Otezla [Apremilast]

Apremilast is a small molecule PDE-4 inhibitor that acts inside the cell to modulate pro-inflammatory and anti-inflammatory mediators. PDE-4 is a specific PDE of cAMP, which is the dominant PDE in inflammatory cells. With the inhibition of PDE-4, the amount of cAMP increases, which, in turn, leads to suppression of the inflammatory response due to modulation of the expression of TNF-α, IL-23, IL-17 and other inflammatory cytokines. cAMP also modulates the levels of some anti-inflammatory cytokines such as IL-10. These pro- and anti-inflammatory mediators are involved in the pathogenesis of psoriasis and psoriatic arthritis (PsA).

In clinical studies in patients with PsA, apremilast significantly modulated, but did not completely inhibit blood plasma proteins: IL-1α, IL-6, IL-8, monocytic chemoattract protein-1 (MXE-1), macrophage inflammatory protein-1β (MBB-1β ), matrix metalloproteinase-3 (MMP-3) and TNF-α. After 40 weeks of treatment with apremilast, a decrease in the concentration of IL-17 and IL-23 and an increase in the concentration of IL-10 in blood plasma were noted. In patients with psoriasis, apremilast reduced focal epidermal thickening of the affected skin areas, infiltration of inflammatory cells, and the expression of pro-inflammatory genes, including the genes of inducible nitric oxide synthase (iNOS), IL-12 / IL-23p40, IL-17A, IL-22, and IL-8.

Apremilast, when administered at doses up to 50 mg twice daily, does not prolong the QT interval in healthy subjects.

1493 patients with active PsA (≥3 swollen joints and ≥3 painful joints), despite previous therapy with low molecular weight or biological disease-modifying drugs (BMD) lasting at least 6 months, received oral placebo, apremilast 20 mg or apremilast 30 mg 2 times in a day. Apremilast was used as monotherapy (34.8%) or in combination with stable doses of low molecular weight BMDS (65.2%). 76.4% of patients previously received only low-molecular-weight BMDS, and 22.4% of patients were previously treated with biological BMDS, among which 7.8% of these patients were ineffective. The average duration of PsA is 5 years. Apremilast therapy resulted in a significant improvement in PsA symptoms compared to placebo.

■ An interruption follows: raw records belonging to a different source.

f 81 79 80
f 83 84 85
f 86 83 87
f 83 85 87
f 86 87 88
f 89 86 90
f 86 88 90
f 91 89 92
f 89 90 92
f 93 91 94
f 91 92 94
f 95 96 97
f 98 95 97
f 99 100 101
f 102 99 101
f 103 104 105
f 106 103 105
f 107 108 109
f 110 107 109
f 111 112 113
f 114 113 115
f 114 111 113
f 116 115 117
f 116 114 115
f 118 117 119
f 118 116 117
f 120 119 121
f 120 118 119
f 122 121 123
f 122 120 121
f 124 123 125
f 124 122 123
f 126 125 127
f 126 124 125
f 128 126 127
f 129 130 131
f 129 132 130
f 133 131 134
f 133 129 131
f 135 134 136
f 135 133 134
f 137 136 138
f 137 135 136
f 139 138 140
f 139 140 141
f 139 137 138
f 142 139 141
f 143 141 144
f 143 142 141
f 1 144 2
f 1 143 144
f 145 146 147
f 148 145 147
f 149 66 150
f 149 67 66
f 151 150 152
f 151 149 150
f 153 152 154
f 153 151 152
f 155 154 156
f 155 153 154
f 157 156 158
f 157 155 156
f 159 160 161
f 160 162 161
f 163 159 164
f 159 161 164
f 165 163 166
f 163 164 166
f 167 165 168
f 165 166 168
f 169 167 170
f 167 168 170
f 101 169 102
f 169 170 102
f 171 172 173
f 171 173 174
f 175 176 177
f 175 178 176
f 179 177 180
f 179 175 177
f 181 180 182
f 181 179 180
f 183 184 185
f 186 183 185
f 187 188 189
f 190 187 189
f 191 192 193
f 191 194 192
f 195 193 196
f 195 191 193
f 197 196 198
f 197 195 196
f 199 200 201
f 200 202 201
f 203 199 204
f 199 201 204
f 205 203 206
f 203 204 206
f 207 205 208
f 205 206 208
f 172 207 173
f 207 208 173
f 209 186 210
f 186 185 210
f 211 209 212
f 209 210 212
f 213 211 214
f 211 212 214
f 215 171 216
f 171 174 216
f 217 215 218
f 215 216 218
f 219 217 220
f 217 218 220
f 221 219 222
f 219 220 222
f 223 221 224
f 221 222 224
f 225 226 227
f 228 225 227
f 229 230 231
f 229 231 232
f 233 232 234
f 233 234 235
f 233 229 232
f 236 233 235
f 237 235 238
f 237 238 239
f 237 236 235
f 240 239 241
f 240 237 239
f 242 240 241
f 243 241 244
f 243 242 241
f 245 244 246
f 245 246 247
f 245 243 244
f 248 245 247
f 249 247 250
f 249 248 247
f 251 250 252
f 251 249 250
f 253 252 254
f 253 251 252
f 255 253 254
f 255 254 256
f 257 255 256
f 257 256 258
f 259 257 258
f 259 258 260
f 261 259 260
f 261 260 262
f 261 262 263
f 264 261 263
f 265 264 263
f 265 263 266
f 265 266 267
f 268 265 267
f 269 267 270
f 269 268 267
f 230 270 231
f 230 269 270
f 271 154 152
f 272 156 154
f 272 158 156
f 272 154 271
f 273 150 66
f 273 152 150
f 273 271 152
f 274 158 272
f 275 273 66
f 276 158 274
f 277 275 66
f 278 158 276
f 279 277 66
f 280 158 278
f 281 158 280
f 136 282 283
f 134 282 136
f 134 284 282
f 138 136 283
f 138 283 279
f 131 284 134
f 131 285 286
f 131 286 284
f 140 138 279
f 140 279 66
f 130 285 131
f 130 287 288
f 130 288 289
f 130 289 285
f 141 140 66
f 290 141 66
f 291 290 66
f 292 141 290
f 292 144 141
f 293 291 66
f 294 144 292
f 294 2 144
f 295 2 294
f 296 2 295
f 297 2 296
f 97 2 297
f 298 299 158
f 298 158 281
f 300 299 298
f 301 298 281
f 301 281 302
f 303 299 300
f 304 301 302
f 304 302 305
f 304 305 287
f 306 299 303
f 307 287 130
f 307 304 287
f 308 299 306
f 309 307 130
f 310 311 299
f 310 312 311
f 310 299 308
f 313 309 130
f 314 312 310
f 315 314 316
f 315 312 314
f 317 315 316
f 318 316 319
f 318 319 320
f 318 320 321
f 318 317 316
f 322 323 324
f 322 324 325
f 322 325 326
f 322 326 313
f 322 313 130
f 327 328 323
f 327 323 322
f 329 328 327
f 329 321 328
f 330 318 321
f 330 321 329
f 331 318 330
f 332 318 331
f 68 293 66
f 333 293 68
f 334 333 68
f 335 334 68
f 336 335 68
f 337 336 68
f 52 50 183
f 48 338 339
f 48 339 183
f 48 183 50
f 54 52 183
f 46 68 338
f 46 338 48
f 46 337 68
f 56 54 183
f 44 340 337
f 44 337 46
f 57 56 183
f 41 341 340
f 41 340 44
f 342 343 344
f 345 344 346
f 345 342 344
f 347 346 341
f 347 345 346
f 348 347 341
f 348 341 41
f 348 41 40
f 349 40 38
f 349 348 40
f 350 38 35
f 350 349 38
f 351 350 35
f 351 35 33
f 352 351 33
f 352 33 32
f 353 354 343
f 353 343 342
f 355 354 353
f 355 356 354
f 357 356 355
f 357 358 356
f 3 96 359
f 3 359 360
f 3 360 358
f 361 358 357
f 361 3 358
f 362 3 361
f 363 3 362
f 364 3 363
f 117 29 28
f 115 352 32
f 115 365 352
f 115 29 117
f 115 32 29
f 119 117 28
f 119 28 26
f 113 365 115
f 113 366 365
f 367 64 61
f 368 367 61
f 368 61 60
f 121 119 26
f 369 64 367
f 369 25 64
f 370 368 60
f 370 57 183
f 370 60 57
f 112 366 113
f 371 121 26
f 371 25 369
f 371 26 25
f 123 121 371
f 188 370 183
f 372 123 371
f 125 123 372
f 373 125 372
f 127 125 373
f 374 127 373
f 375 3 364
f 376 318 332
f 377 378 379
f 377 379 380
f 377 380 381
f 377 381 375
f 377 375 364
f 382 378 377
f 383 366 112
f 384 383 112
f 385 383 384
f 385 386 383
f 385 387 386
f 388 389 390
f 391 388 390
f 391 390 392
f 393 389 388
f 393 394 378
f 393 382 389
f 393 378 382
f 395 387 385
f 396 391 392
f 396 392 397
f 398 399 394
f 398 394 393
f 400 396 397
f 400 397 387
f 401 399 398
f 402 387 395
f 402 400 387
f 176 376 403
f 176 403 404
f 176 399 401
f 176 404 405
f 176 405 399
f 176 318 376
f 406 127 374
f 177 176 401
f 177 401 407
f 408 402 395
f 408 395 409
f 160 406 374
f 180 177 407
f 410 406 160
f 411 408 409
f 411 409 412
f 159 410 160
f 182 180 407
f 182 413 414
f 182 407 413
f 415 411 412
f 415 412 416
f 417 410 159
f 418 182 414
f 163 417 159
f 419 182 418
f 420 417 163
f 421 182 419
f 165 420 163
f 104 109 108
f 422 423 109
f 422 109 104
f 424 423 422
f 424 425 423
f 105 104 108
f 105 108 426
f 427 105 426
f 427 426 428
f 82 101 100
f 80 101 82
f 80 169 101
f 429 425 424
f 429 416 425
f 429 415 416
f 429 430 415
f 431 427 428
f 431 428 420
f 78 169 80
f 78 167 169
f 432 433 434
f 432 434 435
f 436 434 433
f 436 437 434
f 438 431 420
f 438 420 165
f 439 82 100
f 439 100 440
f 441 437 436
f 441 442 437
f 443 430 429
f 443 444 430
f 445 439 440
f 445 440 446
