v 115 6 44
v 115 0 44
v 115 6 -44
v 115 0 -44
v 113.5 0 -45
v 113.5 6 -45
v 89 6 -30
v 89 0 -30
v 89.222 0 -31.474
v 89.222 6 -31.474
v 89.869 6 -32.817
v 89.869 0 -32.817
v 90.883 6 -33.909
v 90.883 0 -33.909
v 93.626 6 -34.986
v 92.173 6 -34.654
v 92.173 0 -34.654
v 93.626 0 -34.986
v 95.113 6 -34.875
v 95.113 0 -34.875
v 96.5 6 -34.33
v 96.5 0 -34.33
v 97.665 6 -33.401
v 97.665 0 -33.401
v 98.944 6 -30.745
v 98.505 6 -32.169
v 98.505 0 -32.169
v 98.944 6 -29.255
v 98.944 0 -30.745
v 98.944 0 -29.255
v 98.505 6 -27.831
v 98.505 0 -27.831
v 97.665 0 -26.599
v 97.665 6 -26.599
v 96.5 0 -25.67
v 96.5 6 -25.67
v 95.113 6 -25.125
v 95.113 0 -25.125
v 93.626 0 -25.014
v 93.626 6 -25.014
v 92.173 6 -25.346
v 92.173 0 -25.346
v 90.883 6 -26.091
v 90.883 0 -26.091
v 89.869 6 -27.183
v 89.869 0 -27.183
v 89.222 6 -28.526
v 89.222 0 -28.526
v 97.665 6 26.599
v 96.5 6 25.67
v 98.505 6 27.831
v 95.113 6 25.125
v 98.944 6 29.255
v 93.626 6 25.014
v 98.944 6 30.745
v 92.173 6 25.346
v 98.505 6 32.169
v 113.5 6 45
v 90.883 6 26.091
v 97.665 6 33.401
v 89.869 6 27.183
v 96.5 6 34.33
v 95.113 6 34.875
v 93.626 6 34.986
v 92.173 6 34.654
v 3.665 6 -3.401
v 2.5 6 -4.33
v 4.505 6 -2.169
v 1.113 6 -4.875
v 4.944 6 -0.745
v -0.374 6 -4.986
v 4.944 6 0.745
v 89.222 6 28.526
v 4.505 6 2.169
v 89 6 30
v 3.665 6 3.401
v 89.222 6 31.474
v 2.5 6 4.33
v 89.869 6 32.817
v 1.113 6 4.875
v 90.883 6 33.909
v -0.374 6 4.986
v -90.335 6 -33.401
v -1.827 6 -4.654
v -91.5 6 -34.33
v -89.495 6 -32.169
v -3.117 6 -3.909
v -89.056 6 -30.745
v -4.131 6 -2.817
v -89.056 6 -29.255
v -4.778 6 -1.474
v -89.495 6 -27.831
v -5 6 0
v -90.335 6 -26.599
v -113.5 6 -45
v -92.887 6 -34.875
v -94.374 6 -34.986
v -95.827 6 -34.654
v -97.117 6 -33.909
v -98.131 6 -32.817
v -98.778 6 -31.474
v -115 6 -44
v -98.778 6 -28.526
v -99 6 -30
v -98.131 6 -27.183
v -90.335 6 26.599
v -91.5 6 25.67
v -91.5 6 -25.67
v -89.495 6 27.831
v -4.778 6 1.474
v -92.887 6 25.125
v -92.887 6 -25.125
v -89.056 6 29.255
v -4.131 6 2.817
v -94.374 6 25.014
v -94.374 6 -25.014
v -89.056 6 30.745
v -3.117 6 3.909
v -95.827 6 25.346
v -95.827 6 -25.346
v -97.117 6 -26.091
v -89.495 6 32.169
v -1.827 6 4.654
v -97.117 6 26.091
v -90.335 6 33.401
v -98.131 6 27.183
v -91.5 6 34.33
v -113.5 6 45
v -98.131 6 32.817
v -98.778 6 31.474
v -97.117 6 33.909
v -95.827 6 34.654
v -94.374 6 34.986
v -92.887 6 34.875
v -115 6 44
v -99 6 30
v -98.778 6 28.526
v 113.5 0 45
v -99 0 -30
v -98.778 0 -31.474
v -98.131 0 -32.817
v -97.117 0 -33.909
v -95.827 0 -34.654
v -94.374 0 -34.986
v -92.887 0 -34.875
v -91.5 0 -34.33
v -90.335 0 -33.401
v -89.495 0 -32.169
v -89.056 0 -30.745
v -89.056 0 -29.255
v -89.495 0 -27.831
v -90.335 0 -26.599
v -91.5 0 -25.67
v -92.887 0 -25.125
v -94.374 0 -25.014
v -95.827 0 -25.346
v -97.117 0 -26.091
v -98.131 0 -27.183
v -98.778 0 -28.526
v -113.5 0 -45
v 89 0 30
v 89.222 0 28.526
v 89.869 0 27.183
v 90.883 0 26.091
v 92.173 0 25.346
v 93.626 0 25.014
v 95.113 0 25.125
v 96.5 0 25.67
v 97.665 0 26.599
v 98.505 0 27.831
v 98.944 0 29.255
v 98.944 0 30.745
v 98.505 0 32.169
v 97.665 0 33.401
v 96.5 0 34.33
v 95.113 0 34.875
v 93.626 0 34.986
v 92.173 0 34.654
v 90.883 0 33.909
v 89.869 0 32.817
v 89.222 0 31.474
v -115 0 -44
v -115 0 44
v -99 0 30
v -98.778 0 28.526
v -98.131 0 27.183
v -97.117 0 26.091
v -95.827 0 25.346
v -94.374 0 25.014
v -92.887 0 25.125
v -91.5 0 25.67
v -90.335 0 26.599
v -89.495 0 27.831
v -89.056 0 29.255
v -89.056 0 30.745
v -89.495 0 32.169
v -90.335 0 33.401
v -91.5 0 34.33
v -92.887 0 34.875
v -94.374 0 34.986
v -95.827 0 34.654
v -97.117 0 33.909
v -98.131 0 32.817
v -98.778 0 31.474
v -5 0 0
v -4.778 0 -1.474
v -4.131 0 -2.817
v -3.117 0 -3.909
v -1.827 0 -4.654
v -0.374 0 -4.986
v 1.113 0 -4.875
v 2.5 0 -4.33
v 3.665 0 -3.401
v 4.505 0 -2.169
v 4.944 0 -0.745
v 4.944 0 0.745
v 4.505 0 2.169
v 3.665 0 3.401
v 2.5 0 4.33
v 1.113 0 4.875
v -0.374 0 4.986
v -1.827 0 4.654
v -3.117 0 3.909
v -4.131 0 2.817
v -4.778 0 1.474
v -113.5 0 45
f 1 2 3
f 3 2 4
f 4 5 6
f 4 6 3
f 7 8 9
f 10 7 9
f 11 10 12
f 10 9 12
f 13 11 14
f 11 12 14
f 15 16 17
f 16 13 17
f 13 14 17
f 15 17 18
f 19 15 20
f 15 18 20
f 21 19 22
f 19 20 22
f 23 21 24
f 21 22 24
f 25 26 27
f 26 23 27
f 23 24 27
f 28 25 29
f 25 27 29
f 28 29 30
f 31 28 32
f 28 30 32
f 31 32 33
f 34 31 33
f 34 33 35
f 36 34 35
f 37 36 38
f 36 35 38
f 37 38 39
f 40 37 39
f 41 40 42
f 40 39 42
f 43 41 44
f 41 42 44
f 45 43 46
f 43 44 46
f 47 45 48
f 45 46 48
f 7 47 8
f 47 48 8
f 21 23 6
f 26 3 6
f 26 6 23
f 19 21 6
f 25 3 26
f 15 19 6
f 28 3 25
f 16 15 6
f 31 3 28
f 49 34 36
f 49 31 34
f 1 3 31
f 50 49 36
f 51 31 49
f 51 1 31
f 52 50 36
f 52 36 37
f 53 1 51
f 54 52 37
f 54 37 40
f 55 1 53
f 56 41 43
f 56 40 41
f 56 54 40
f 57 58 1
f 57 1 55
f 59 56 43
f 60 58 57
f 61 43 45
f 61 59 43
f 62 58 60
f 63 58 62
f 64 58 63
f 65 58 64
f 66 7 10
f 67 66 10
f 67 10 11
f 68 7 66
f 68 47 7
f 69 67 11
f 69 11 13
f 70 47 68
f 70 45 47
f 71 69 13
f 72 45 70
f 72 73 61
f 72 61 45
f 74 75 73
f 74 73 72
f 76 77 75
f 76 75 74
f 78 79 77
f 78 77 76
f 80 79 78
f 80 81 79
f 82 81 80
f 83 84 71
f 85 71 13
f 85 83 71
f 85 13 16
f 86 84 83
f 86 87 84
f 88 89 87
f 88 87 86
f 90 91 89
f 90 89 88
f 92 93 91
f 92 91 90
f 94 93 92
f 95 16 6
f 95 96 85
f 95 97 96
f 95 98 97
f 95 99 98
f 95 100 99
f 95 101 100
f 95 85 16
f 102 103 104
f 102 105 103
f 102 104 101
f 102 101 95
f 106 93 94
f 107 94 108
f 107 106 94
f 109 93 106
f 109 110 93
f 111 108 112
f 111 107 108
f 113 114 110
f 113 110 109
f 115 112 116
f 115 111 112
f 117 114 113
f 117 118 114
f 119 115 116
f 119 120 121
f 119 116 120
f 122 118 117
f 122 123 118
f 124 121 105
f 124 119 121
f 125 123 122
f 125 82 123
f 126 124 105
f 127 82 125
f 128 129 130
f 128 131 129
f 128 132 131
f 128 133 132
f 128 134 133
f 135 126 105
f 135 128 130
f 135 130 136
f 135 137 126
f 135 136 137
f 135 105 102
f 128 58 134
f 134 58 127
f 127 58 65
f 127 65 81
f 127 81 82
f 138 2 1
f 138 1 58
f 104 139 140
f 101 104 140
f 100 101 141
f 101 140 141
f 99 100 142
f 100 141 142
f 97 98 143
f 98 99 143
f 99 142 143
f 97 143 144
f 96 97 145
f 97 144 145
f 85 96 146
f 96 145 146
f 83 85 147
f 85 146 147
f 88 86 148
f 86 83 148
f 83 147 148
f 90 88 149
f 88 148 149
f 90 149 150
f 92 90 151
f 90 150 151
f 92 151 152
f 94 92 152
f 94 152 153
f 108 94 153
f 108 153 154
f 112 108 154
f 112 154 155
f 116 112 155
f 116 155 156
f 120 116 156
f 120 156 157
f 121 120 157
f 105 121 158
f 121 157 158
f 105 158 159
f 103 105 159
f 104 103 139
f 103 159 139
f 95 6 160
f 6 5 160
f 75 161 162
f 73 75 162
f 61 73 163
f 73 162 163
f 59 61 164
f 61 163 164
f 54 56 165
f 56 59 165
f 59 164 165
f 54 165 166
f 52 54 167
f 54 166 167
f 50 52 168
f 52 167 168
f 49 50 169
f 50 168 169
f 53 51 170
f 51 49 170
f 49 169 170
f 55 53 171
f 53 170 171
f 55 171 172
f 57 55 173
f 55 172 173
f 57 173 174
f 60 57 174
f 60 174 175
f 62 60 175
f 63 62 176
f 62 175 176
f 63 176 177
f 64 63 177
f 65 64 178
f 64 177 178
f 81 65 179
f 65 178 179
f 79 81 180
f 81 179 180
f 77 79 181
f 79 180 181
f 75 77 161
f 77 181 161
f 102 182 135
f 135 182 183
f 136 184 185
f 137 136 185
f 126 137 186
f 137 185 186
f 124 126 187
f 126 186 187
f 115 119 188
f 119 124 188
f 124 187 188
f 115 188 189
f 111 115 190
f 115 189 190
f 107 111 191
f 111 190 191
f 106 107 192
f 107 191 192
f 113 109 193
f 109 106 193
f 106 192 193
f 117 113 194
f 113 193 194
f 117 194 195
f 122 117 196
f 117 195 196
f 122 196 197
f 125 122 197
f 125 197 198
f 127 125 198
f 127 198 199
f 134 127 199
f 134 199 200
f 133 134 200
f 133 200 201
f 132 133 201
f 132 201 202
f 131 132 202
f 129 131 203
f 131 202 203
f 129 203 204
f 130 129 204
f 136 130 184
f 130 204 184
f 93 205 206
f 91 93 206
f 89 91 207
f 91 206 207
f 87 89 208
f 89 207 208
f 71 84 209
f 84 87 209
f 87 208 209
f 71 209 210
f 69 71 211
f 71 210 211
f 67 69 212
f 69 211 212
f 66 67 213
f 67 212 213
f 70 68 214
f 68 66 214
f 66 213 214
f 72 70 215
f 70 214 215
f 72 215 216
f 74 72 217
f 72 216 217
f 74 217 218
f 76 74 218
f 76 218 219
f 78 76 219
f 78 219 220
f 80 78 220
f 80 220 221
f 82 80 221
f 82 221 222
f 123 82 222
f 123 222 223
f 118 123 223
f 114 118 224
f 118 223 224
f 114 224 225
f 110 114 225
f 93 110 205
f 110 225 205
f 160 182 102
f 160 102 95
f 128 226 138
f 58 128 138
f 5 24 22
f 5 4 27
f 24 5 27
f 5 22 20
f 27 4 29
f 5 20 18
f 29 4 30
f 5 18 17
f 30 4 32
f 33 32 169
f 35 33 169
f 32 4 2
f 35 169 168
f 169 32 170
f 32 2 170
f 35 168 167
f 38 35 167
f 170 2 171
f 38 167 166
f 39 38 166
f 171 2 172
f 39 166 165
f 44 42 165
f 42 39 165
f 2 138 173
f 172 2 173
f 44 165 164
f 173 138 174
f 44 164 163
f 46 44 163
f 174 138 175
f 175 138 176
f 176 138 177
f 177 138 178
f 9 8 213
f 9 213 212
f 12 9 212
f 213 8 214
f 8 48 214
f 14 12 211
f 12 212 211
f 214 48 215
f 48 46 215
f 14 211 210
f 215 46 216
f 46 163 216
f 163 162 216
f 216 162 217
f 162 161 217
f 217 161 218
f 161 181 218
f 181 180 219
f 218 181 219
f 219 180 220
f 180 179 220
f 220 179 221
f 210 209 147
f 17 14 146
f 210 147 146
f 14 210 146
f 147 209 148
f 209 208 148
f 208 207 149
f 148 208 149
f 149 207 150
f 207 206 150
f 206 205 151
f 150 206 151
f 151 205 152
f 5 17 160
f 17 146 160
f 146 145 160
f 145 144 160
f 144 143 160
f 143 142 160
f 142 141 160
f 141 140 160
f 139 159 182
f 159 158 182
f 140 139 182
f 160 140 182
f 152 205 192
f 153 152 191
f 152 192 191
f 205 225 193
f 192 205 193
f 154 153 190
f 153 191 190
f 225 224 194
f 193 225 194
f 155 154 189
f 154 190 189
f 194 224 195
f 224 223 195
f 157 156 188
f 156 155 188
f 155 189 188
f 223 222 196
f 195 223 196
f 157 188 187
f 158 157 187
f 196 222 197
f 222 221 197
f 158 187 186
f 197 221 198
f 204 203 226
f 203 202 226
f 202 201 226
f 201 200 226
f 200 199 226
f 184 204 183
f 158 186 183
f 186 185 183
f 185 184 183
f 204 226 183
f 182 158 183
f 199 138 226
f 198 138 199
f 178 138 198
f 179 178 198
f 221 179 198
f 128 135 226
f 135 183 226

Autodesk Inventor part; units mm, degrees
ref_plane "YZ Plane" through (0, 0, 0) normal (1, 0, 0) x (0, 1, 0)
ref_plane "XZ Plane" through (0, 0, 0) normal (0, 1, 0) x (-1, 0, 0)
ref_plane "XY Plane" through (0, 0, 0) normal (0, 0, 1) x (1, 0, 0)
sketch "Sketch1" plane through (0, 0, 0) normal (0, 1, 0) x (-1, 0, 0)
  line L0 (-113.5, -45) -> (113.5, -45)
  line L1 (115, -44) -> (115, 44)
  line L2 (113.5, 45) -> (-113.5, 45)
  line L3 (-115, 44) -> (-115, -44)
  circle A0 centre (0, 0) radius 5
  line L4 (-113.5, -45) -> (-115, -44)
  line L5 (-115, 44) -> (-113.5, 45)
  line L6 (115, 44) -> (113.5, 45)
  line L7 (115, -44) -> (113.5, -45)
  circle A1 centre (-94, -30) radius 5
  circle A2 centre (-94, 30) radius 5
  line L8 (0, 45) -> (0, -45) construction
  circle A3 centre (94, -30) radius 5
  circle A4 centre (94, 30) radius 5
  point P0 (-115, -45)
  point P1 (115, 45)
  point P2 (115, -45)
  point P3 (-115, 45)
  point P4 (115, 0)
  dimension "d0" = 230
  dimension "d1" = 90
  dimension "d2" = 115
  dimension "d3" = 45
  dimension "d6" = 10
  dimension "d7" = 1.5
  dimension "d8" = 1
  dimension "d9" = 1
  dimension "d10" = 1.5
  dimension "d11" = 1
  dimension "d12" = 1.5
  dimension "d13" = 1
  dimension "d14" = 1.5
  dimension "d15" = 10
  dimension "d16" = 10
  dimension "d17" = 30
  dimension "d18" = 30
  dimension "d19" = 94
  dimension "d20" = 94
extrude "Extrusion1" add sketch "Sketch1" along normal blind 6
equation "\"d2\" = 0.5 * d0"
equation "\"d3\" = 0.5 * d1"
equation "\"d9\" = d8"
equation "\"d10\" = d7"
equation "\"d11\" = d8"
equation "\"d12\" = d7"
equation "\"d13\" = d8"
equation "\"d14\" = d7"
equation "\"d18\" = d17"
equation "\"d19\" = plate_thick + 0.5 * plates_spacing + brakcet_hole_to_plate"
equation "\"d20\" = d19"
equation "\"plate_thick\" = 6"
equation "\"plates_spacing\" = 116"
equation "\"brakcet_hole_to_plate\" = 30"
properties part number "rig_connector"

The efficacy of apremilast treatment did not differ in patients who received or did not receive BMLS, including methotrexate, at the same time. In patients who took BMLS or biological BMLS before therapy with apremilast, the therapeutic effects of apremilast were more pronounced than in those who took placebo. During therapy with apremilast, a significant, statistically significant improvement in functional activity was noted.

A total of 1257 patients with moderate to severe plaque psoriasis who were scheduled for phototherapy or systemic therapy were randomized to placebo or apremilast (oral, 30 mg 2 times daily). Approximately 30% of patients have not previously received phototherapy, standard systemic drugs, or biologics.

On the background of apremilast therapy, patients with moderate to severe psoriasis showed a significant improvement compared to placebo. The effectiveness of apremilast was manifested in relation to a complex of clinical manifestations of psoriasis, including itching, damage to the nails and scalp, as well as quality of life.

The clinical efficacy of apremilast has been confirmed in various subgroups of patients formed according to baseline demographic and clinical characteristics (including the duration of psoriasis and the presence of PsA in history). The positive clinical effect of the drug did not depend on the previous drug therapy for psoriasis and its results. The response to treatment with apremilast was rapid and was expressed in a significant reduction in psoriasis symptoms as early as the 2nd week of treatment, compared with placebo.